Out of the 67 in the scope, 51 elements as determined within the Laboratory for INAA passed the trueness test. The 16 elements that did not pass the trueness test receive currently special treatment until they pass the test at some point in the future, e.g. as a result of improvements to the system:

  • When one of the seven elements (i.e. Er, Re, Cu, Gd, S, Si and U) with bias information available is reported to an end-user, it must be ascertained that the reported trueness does not imply a smaller possible bias than the one found in this test.

  • For the nine elements (i.e. Ge, Ir, Nb, Os, Rh, Ru, Te, Tm and Y) where there are no data in this test: aliquots from single-element calibrators with metrologically traceable property values are included in the analysis runs if mass fractions are requested. These calibrators have been added to the database of reference materials, so that information that can be used in this test will be collected over time.

  • One way or the other, efforts are being made to validate the method for these 16 elements.

The performance of INAA passes the linearity test without exception. For some elements, not enough data is available to draw a conclusion. However, not a single element fails the test. The mass fraction ranges used for the test span 6 orders of magnitude for some elements (like Al and Br). This result was expected from the scientific understanding of the technique. The INAA method also passes the cross-sensitivity, reproducibility and repeatability tests.

The approach described in this paper was accepted by the Dutch Council for Accreditation for compliance with the requirements in Clause 5.4 “Test and Calibration Methods and Method Validation” of the ISO/IEC17025:2005. However, it should be noted that in principle the tests does not provide a conclusive answer on the validity of the routine test results since this validity depends on the target uncertainty as defined by the customer.

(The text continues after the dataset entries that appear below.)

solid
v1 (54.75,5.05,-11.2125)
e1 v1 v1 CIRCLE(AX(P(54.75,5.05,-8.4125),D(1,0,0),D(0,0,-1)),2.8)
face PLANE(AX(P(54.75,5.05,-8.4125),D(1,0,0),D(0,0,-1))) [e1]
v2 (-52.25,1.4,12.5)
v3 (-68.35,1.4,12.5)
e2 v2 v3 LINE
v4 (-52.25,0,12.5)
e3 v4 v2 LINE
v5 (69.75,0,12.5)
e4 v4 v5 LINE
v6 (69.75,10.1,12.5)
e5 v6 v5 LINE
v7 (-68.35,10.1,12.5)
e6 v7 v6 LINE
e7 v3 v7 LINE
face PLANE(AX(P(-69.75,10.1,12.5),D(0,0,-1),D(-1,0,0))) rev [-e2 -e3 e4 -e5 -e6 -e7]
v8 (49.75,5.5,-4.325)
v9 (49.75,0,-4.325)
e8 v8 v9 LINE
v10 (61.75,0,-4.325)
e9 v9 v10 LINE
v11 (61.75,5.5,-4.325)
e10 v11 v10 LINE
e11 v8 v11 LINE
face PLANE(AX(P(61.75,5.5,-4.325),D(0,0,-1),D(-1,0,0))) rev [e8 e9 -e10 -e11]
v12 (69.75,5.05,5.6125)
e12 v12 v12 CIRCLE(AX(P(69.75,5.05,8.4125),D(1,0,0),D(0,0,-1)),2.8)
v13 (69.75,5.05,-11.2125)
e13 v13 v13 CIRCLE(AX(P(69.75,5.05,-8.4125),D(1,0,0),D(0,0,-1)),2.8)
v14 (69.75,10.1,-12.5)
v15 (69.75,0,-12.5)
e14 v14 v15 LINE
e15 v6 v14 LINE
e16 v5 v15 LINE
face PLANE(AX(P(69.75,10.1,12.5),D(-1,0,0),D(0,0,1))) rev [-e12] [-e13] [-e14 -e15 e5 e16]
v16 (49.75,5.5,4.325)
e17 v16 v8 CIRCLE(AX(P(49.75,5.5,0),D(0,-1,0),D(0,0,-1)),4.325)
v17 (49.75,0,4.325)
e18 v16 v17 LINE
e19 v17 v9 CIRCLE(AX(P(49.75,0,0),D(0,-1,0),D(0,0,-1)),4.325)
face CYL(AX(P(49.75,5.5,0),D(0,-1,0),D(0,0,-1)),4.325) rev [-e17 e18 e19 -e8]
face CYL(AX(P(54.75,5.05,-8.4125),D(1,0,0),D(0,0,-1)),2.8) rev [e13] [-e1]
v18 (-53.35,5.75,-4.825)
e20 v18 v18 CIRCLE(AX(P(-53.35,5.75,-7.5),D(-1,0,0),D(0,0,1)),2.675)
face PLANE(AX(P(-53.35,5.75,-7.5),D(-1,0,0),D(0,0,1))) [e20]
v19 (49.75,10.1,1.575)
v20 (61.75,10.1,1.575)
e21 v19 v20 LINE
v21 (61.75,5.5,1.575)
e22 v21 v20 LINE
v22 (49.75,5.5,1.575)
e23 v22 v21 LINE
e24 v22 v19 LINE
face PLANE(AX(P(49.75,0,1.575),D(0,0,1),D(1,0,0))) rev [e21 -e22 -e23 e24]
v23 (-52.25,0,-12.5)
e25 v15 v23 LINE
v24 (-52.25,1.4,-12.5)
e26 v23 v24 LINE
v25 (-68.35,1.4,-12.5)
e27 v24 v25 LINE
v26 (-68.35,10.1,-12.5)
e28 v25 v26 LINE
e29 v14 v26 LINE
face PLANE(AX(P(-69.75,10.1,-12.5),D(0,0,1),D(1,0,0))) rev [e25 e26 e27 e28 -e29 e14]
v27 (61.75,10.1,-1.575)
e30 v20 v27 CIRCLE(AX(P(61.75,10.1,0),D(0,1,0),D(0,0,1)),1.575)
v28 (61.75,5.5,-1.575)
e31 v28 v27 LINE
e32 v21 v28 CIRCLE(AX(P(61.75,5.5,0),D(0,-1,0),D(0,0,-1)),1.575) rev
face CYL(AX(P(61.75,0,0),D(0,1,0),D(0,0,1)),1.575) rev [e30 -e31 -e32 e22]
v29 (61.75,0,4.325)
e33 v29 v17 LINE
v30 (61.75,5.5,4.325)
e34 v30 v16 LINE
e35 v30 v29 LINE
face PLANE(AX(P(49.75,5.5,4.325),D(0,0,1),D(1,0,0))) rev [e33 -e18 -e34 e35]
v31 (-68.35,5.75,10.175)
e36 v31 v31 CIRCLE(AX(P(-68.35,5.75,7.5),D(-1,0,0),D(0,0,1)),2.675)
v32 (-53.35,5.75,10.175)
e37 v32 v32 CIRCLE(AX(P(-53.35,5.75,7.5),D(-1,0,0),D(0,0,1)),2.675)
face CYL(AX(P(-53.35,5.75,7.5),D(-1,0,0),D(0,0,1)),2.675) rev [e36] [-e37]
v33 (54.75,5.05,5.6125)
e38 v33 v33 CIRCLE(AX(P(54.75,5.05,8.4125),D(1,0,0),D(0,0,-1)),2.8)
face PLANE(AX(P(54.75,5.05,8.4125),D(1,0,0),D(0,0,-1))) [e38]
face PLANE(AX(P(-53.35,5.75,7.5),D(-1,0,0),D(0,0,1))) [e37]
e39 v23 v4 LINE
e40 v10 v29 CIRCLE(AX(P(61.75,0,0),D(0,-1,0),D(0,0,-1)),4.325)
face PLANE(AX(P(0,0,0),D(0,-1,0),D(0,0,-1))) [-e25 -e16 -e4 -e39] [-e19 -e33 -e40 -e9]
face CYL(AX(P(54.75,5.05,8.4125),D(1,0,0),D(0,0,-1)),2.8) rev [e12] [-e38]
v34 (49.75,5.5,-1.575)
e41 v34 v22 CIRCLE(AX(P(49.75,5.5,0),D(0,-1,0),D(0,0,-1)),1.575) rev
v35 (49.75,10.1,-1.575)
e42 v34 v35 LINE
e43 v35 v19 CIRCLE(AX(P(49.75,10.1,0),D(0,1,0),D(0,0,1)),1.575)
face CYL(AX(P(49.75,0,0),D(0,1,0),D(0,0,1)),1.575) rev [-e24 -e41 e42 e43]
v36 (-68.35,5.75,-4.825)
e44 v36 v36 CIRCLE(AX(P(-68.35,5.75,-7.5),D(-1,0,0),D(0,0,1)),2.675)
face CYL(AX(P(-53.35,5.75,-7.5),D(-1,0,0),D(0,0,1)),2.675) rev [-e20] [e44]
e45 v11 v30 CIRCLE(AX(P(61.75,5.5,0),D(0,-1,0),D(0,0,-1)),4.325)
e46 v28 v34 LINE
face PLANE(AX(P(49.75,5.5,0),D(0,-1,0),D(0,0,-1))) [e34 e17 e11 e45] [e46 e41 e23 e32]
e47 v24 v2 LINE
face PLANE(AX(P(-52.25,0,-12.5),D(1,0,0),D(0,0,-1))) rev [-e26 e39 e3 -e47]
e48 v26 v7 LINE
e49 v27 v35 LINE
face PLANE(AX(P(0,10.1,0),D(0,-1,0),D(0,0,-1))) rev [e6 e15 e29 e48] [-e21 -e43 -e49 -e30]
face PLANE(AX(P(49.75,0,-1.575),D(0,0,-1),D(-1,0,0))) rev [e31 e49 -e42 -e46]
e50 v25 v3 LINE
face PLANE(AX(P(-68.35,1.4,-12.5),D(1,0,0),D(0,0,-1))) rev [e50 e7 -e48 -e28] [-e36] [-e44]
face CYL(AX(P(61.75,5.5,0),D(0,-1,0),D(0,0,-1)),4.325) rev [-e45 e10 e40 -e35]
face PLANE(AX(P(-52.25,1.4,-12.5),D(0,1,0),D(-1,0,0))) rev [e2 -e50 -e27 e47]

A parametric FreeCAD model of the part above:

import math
import FreeCAD as App
import Part
import Sketcher
from FreeCAD import Vector
Q = App.Units.Quantity

doc = App.newDocument("Part")
params = doc.addObject("Spreadsheet::Sheet", "Params")
for row, (alias, value) in enumerate([
    ("sketch1_height", "25 mm"),
    ("sketch1_width", "139.5 mm"),
    ("pad1_length", "10.1 mm"),
    ("sketch2_width", "17.5 mm"),
    ("sketch2_width2", "16.1 mm"),
    ("sketch2_height", "10.1 mm"),
    ("sketch3_diameter", "5.35 mm"),
    ("pocket2_length", "15 mm"),
    ("sketch4_width", "12 mm"),
    ("sketch5_width", "12 mm"),
    ("pocket4_length", "5.5 mm"),
    ("sketch6_diameter", "5.6 mm"),
    ("pocket5_length", "15 mm"),
], start=1):
    params.set(f"A{row}", alias)
    params.set(f"B{row}", "=" + value)
    params.setAlias(f"B{row}", alias)

body = doc.addObject("PartDesign::Body", "Body")

sketch1 = body.newObject("Sketcher::SketchObject", "Sketch")
sketch1.AttachmentSupport = (doc.getObject("XZ_Plane"), [""])
sketch1.MapMode = "FlatFace"
sketch1.addGeometry(Part.LineSegment(Vector(-70, -12, 0), Vector(-70, 12, 0)), False)
sketch1.addGeometry(Part.LineSegment(Vector(-70, 12, 0), Vector(70, 12, 0)), False)
sketch1.addGeometry(Part.LineSegment(Vector(70, 12, 0), Vector(70, -12, 0)), False)
sketch1.addGeometry(Part.LineSegment(Vector(70, -12, 0), Vector(-70, -12, 0)), False)
sketch1.addConstraint(Sketcher.Constraint("Coincident", 0, 2, 1, 1))
sketch1.addConstraint(Sketcher.Constraint("Coincident", 1, 2, 2, 1))
sketch1.addConstraint(Sketcher.Constraint("Coincident", 2, 2, 3, 1))
sketch1.addConstraint(Sketcher.Constraint("Coincident", 3, 2, 0, 1))
sketch1.addConstraint(Sketcher.Constraint("Vertical", 0))
sketch1.addConstraint(Sketcher.Constraint("Horizontal", 1))
sketch1.addConstraint(Sketcher.Constraint("Vertical", 2))
sketch1.addConstraint(Sketcher.Constraint("Horizontal", 3))
sketch1.addConstraint(Sketcher.Constraint("Symmetric", 0, 2, 2, 2, -1, 1))
sketch1.addConstraint(Sketcher.Constraint("DistanceY", 0, 1, 0, 2, Q("25 mm")))
sketch1.addConstraint(Sketcher.Constraint("DistanceX", 1, 1, 1, 2, Q("139.5 mm")))
sketch1.setExpression("Constraints[9]", "Params.sketch1_height")
sketch1.setExpression("Constraints[10]", "Params.sketch1_width")
pad1 = body.newObject("PartDesign::Pad", "Pad")
pad1.Profile = sketch1
pad1.setExpression("Length", "Params.pad1_length")
pad1.Reversed = True

sketch2 = body.newObject("Sketcher::SketchObject", "Sketch001")
sketch2.AttachmentSupport = (doc.getObject("XY_Plane"), [""])
sketch2.MapMode = "FlatFace"
sketch2.AttachmentOffset = App.Placement(Vector(0, 0, 12.5), App.Rotation())
sketch2.addGeometry(Part.LineSegment(Vector(-69.8, 10.1, 0), Vector(-69.8, 0, 0)), False)
sketch2.addGeometry(Part.LineSegment(Vector(-69.8, 0, 0), Vector(-52.2, 0, 0)), False)
sketch2.addGeometry(Part.LineSegment(Vector(-52.2, 0, 0), Vector(-52.2, 1.4, 0)), False)
sketch2.addGeometry(Part.LineSegment(Vector(-52.2, 1.4, 0), Vector(-68.3, 1.4, 0)), False)
sketch2.addGeometry(Part.LineSegment(Vector(-68.3, 1.4, 0), Vector(-68.3, 10.1, 0)), False)
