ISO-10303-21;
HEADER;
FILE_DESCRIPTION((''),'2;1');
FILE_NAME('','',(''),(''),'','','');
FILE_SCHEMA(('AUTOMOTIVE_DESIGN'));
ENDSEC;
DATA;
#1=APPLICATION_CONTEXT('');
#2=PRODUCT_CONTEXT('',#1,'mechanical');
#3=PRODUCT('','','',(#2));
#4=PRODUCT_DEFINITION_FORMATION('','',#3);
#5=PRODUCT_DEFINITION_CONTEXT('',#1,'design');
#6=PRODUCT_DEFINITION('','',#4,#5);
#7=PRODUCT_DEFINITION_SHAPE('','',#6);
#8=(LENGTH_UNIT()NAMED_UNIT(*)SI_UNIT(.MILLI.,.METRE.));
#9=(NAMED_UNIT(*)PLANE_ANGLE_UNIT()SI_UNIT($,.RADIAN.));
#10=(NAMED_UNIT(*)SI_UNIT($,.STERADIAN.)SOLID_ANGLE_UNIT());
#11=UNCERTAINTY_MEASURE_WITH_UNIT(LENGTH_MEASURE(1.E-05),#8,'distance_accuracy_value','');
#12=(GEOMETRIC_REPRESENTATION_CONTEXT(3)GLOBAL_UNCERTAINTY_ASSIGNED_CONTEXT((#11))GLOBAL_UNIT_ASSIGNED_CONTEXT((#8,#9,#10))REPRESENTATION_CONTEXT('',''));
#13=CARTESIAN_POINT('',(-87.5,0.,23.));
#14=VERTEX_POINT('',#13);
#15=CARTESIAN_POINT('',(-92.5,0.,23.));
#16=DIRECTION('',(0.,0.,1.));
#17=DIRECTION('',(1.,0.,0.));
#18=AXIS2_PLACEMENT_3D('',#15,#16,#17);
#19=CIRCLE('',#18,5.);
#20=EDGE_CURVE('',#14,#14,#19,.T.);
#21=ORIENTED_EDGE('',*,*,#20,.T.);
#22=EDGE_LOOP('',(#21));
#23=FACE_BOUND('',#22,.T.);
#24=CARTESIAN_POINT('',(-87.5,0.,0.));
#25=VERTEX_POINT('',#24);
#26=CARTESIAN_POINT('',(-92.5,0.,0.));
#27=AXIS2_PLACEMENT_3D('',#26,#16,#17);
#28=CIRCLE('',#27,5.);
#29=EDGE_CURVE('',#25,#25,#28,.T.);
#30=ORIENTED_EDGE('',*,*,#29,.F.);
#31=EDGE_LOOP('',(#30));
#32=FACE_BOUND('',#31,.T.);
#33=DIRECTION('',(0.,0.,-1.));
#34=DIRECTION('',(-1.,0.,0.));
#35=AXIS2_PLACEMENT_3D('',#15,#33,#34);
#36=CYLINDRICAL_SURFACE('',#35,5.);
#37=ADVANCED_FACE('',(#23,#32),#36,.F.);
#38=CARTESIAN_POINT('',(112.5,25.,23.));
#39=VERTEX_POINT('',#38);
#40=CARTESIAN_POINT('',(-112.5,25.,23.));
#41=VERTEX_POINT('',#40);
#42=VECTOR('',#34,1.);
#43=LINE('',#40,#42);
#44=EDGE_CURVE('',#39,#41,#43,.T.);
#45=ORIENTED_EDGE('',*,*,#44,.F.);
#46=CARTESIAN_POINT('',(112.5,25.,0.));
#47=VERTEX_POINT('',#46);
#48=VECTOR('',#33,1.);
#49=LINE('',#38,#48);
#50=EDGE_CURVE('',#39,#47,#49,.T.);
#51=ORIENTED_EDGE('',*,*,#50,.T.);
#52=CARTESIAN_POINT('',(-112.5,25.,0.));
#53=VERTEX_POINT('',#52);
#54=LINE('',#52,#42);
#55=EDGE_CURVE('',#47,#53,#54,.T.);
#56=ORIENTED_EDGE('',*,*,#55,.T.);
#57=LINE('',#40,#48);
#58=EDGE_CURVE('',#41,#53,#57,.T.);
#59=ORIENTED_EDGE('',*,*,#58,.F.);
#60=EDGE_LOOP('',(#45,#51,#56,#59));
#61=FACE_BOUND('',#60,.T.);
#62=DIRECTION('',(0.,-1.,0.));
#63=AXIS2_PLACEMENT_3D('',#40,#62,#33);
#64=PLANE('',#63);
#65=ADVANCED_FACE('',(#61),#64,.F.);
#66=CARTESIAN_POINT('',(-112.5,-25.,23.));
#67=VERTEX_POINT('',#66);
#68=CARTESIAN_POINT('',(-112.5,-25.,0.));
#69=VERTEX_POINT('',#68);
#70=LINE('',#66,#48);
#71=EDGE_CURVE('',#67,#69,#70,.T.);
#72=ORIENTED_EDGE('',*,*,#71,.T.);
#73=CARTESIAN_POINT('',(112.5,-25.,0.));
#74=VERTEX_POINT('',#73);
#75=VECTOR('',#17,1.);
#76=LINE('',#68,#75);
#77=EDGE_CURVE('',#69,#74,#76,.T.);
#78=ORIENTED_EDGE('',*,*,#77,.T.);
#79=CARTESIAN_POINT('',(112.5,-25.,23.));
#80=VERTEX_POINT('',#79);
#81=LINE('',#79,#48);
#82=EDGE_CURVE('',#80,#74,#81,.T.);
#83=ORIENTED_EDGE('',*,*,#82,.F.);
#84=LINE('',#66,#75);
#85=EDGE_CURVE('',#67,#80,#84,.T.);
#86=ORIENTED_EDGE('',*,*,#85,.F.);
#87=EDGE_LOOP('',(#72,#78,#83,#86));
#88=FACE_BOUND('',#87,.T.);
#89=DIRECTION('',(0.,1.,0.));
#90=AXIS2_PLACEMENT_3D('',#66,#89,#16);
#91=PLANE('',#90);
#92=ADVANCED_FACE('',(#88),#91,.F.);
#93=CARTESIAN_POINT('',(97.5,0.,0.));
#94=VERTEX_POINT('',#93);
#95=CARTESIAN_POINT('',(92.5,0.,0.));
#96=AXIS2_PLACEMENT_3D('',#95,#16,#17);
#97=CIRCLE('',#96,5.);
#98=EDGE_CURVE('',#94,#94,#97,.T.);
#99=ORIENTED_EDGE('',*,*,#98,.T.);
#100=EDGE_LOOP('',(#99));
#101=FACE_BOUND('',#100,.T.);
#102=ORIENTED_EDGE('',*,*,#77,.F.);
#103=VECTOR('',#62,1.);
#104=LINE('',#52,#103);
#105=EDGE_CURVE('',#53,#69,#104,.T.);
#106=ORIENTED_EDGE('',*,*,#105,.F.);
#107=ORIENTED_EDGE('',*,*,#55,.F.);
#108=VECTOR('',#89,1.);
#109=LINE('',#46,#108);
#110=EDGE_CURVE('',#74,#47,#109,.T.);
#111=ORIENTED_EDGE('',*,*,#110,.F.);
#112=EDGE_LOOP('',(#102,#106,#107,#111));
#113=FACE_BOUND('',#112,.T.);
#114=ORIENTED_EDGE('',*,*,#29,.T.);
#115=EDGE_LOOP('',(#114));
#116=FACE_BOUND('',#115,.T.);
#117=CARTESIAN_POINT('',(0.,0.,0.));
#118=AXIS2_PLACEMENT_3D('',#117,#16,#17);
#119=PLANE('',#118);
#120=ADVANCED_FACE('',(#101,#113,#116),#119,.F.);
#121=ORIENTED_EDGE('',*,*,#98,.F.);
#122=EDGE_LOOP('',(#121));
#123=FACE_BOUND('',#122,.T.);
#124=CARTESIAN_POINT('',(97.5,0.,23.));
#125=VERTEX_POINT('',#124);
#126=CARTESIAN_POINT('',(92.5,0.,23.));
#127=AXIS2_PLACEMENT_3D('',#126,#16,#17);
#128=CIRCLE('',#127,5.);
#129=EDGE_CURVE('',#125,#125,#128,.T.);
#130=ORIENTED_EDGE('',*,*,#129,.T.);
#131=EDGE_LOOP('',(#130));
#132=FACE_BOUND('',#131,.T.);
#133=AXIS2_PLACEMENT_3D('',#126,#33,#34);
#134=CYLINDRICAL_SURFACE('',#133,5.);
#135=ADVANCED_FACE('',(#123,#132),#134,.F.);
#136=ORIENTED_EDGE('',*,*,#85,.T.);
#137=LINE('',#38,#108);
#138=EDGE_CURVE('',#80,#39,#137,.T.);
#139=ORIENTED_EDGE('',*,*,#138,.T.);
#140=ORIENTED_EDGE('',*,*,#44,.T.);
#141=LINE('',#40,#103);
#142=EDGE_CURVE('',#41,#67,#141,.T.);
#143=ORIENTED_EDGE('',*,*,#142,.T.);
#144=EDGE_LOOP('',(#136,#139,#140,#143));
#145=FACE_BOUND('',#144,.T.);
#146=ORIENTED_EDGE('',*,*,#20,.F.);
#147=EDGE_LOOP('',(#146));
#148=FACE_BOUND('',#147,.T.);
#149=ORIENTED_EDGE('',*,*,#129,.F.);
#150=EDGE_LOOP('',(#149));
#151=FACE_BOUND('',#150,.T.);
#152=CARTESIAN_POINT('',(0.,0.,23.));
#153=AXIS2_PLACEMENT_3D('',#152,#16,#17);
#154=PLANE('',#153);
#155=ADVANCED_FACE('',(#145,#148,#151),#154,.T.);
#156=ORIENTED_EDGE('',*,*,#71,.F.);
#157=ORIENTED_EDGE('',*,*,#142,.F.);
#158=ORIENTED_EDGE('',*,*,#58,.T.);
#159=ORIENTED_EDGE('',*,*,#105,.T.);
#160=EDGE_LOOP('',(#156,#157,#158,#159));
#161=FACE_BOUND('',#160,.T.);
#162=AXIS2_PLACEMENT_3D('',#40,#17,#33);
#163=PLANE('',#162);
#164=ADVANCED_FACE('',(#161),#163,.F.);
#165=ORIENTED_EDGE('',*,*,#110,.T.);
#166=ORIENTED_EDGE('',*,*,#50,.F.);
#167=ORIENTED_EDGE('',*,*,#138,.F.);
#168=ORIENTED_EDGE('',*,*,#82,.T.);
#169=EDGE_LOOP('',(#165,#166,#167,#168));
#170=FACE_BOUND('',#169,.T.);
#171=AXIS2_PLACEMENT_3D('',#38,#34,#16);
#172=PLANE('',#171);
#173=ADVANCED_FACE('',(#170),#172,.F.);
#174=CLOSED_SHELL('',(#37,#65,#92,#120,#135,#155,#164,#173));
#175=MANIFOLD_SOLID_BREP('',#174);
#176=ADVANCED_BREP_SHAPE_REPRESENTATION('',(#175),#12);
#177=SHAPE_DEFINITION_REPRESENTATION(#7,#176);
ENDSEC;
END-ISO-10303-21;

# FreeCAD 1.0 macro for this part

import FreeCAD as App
import Part
import Sketcher
Q = App.Units.Quantity

doc = App.newDocument("Part")
params = doc.addObject("Spreadsheet::Sheet", "Params")
for row, (alias, value) in enumerate([
    ("sketch1_diameter", "10 mm"),
    ("sketch1_width", "225 mm"),
    ("sketch1_height", "50 mm"),
    ("pad1_length", "23 mm"),
], start=1):
    params.set(f"A{row}", alias)
    params.set(f"B{row}", "=" + value)
    params.setAlias(f"B{row}", alias)

body = doc.addObject("PartDesign::Body", "Body")

sketch1 = body.newObject("Sketcher::SketchObject", "Sketch")
sketch1.AttachmentSupport = (doc.getObject("XY_Plane"), [""])
sketch1.MapMode = "FlatFace"
sketch1.addGeometry(Part.LineSegment(App.Vector(-112, 25, 0), App.Vector(-112, -25, 0)), False)
sketch1.addGeometry(Part.LineSegment(App.Vector(-112, -25, 0), App.Vector(112, -25, 0)), False)
sketch1.addGeometry(Part.LineSegment(App.Vector(112, -25, 0), App.Vector(112, 25, 0)), False)
sketch1.addGeometry(Part.LineSegment(App.Vector(112, 25, 0), App.Vector(-112, 25, 0)), False)
sketch1.addGeometry(Part.Circle(App.Vector(-92, 0, 0), App.Vector(0, 0, 1), 5), False)
sketch1.addGeometry(Part.Circle(App.Vector(92, 0, 0), App.Vector(0, 0, 1), 5), False)
sketch1.addConstraint(Sketcher.Constraint("Coincident", 0, 2, 1, 1))
sketch1.addConstraint(Sketcher.Constraint("Coincident", 1, 2, 2, 1))
sketch1.addConstraint(Sketcher.Constraint("Coincident", 2, 2, 3, 1))
sketch1.addConstraint(Sketcher.Constraint("Coincident", 3, 2, 0, 1))
sketch1.addConstraint(Sketcher.Constraint("Vertical", 0))
sketch1.addConstraint(Sketcher.Constraint("Horizontal", 1))
sketch1.addConstraint(Sketcher.Constraint("Vertical", 2))
sketch1.addConstraint(Sketcher.Constraint("Horizontal", 3))
sketch1.addConstraint(Sketcher.Constraint("Equal", 4, 5))
sketch1.addConstraint(Sketcher.Constraint("Symmetric", 4, 3, 5, 3, -1, 1))
sketch1.addConstraint(Sketcher.Constraint("Symmetric", 0, 2, 2, 2, -1, 1))
sketch1.addConstraint(Sketcher.Constraint("PointOnObject", 4, 3, -1))
sketch1.addConstraint(Sketcher.Constraint("Diameter", 4, Q("10 mm")))
sketch1.addConstraint(Sketcher.Constraint("DistanceX", 1, 1, 1, 2, Q("225 mm")))
sketch1.addConstraint(Sketcher.Constraint("DistanceY", 0, 2, 0, 1, Q("50 mm")))
sketch1.addConstraint(Sketcher.Constraint("DistanceX", 4, 3, 5, 3, Q("185 mm")))
sketch1.setExpression("Constraints[12]", "Params.sketch1_diameter")
sketch1.setExpression("Constraints[13]", "Params.sketch1_width")
sketch1.setExpression("Constraints[14]", "Params.sketch1_height")
pad1 = body.newObject("PartDesign::Pad", "Pad")
pad1.Profile = sketch1
pad1.setExpression("Length", "Params.pad1_length")

doc.recompute()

The methods described in this paper are also implemented in the k0-IAEA software [9].

Conclusion

Having a database of analysis results obtained from CRMs available makes it possible to assess a variety of quality parameters such as robustness, trueness, repeatability, and linearity. Such databases allow for inspection of trends but also for the effectiveness of corrective actions, e.g. by renewed calibration following for instance an unacceptable bias. Together, these assessments constitute the “validation” for the method. This paper demonstrates how that was done to the satisfaction of the Dutch Council for Accreditation.